Я не знаю, как с этим жить. А они знают

[Блогово]

Не могу спать. Не могу есть. Во всех окрестных магазинах и салонах женщины разных национальностей за прилавками читают ленты новостей в смартфонах и плачут. У них у всех есть дети разного возраста, чьим-то детям 40 лет, а чьим-то от нуля до пяти. В последний раз такое видела когда случилось то страшное горе в Беслане. Я тогда работала в гостинице "Москва" и вся гостиница несколько часов была парализована - в холле висели плазмы, на которых шли записи и трансляции. Все бросили работу - охрана, рецепция, сувенирщики, офис прибежал в холл, гости не регистрировались и не требовали ключей, даже те, кто совсем не понимал по-русски. Все молча стояли в холле вокруг экранов и плакали. В тот день, когда закончился штурм и все федеральные каналы показали, как выносят детские тела в одном нижнем белье и его остатках, заезжала группа китайцев. Они вышли из автобуса в этот молчащий рыдающий холл гостиницы, набитый людьми, и не сразу поняли, что произошло, а потом увидели экраны и несколько пожилых человек из них встали между лобби и ступенями кафе на колени и начали видимо молиться по-своему, а когда закончили, одна пожилая, совсем даже старая китайская бабушка встала и начала кланяться экрану - было очевидно, что она просит прощения у этих далеких бесланских малышей за то, что люди - это далеко не все, кто так называется.
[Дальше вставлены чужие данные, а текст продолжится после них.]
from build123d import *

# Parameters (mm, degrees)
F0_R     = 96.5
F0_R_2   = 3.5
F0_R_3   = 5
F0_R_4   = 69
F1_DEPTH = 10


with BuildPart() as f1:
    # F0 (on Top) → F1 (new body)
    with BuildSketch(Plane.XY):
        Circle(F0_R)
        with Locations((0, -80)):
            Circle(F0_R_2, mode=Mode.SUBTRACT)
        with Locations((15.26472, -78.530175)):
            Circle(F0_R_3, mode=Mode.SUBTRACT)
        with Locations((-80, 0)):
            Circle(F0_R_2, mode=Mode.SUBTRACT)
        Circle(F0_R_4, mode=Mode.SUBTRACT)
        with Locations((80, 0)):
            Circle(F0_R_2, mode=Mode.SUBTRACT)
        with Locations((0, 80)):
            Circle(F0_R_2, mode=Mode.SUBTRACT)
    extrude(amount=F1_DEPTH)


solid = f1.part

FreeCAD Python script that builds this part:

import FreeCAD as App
import Part
import Sketcher

doc = App.newDocument("Part")
params = doc.addObject("Spreadsheet::Sheet", "Params")
for row, (alias, value) in enumerate([
    ("sketch1_diameter", "193 mm"),
    ("sketch1_diameter2", "7 mm"),
    ("sketch1_diameter3", "10 mm"),
    ("sketch1_diameter4", "138 mm"),
    ("pad1_length", "10 mm"),
], start=1):
    params.set(f"A{row}", alias)
    params.set(f"B{row}", "=" + value)
    params.setAlias(f"B{row}", alias)

body = doc.addObject("PartDesign::Body", "Body")

# Sketch on XY plane
sketch1 = body.newObject("Sketcher::SketchObject", "Sketch")
sketch1.AttachmentSupport = (doc.getObject("XY_Plane"), [""])
sketch1.MapMode = "FlatFace"
sketch1.addGeometry(Part.Circle(App.Vector(0, 0, 0), App.Vector(0, 0, 1), 96.5), False)
sketch1.addGeometry(Part.Circle(App.Vector(0, -80, 0), App.Vector(0, 0, 1), 3.5), False)
sketch1.addGeometry(Part.Circle(App.Vector(15.3, -78.5, 0), App.Vector(0, 0, 1), 5), False)
sketch1.addGeometry(Part.Circle(App.Vector(-80, 0, 0), App.Vector(0, 0, 1), 3.5), False)
sketch1.addGeometry(Part.Circle(App.Vector(0, 0, 0), App.Vector(0, 0, 1), 69), False)
sketch1.addGeometry(Part.Circle(App.Vector(80, 0, 0), App.Vector(0, 0, 1), 3.5), False)
sketch1.addGeometry(Part.Circle(App.Vector(0, 80, 0), App.Vector(0, 0, 1), 3.5), False)
sketch1.addConstraint(Sketcher.Constraint("Coincident", 0, 3, -1, 1))
sketch1.addConstraint(Sketcher.Constraint("Coincident", 4, 3, -1, 1))
sketch1.addConstraint(Sketcher.Constraint("Equal", 1, 3))
sketch1.addConstraint(Sketcher.Constraint("Equal", 3, 5))
sketch1.addConstraint(Sketcher.Constraint("Equal", 5, 6))
sketch1.addConstraint(Sketcher.Constraint("Symmetric", 3, 3, 5, 3, -1, 1))
sketch1.addConstraint(Sketcher.Constraint("Symmetric", 1, 3, 6, 3, -1, 1))
sketch1.addConstraint(Sketcher.Constraint("PointOnObject", 1, 3, -2))
sketch1.addConstraint(Sketcher.Constraint("PointOnObject", 3, 3, -1))
sketch1.addConstraint(Sketcher.Constraint("Diameter", 0, 193.0))
sketch1.addConstraint(Sketcher.Constraint("Diameter", 1, 7.0))
sketch1.addConstraint(Sketcher.Constraint("Diameter", 2, 10.0))
sketch1.addConstraint(Sketcher.Constraint("Diameter", 4, 138.0))
sketch1.addConstraint(Sketcher.Constraint("DistanceY", 1, 3, -1, 1, 80.0))
sketch1.addConstraint(Sketcher.Constraint("DistanceX", 3, 3, -1, 1, 80.0))
sketch1.addConstraint(Sketcher.Constraint("DistanceX", -1, 1, 2, 3, 15.26472))
sketch1.addConstraint(Sketcher.Constraint("DistanceY", 2, 3, -1, 1, 78.530175))
sketch1.setExpression("Constraints[9]", "Params.sketch1_diameter")
sketch1.setExpression("Constraints[10]", "Params.sketch1_diameter2")
sketch1.setExpression("Constraints[11]", "Params.sketch1_diameter3")
sketch1.setExpression("Constraints[12]", "Params.sketch1_diameter4")
pad1 = body.newObject("PartDesign::Pad", "Pad")
pad1.Profile = sketch1
pad1.setExpression("Length", "Params.pad1_length")

doc.recompute()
Сейчас случилось горе по численности погибших страшной, чудовищной смертью, по сухой статистике практически приближенное к той памятной цифре. В этот раз федеральные каналы не показывают трансляций, не делают включений, повернувшись жопой к тем, кто не стесняется и не боится писать о том, что происходит на самом деле, сколько мест запрошено в морге, к тому что целые классы пропали без вести, что сгорело заживо в клетках 200 животных, что люди писали в лентах (!) соцсетей "мы горим, возможно прощайте". Никто не объявил ни национального траура, президент не вылетел туда пешком, как обязан был сделать хотя бы по своему собственному протоколу главы государства. Цензура взяла белый корректор для текста и принялась за работу. Все потому, что рефлекс "страна собак лает - караван идет" настолько четко вытатуирован на лбах вседозволенных, что они не боятся ничего, ни в прямом, ни в переносном смысле. Ни человеческого суда, ни божьего, как бы это не звучало, простите.

Я не знаю, что с этим делать. И мне стыдно, что я не знаю. Я испытываю жгучий стыд от бессилия. От невозможности. От слабости и страха.
"Скажи маме, что я ее любила. Что я всех любила". Я не знаю, как с этим жить. А они знают.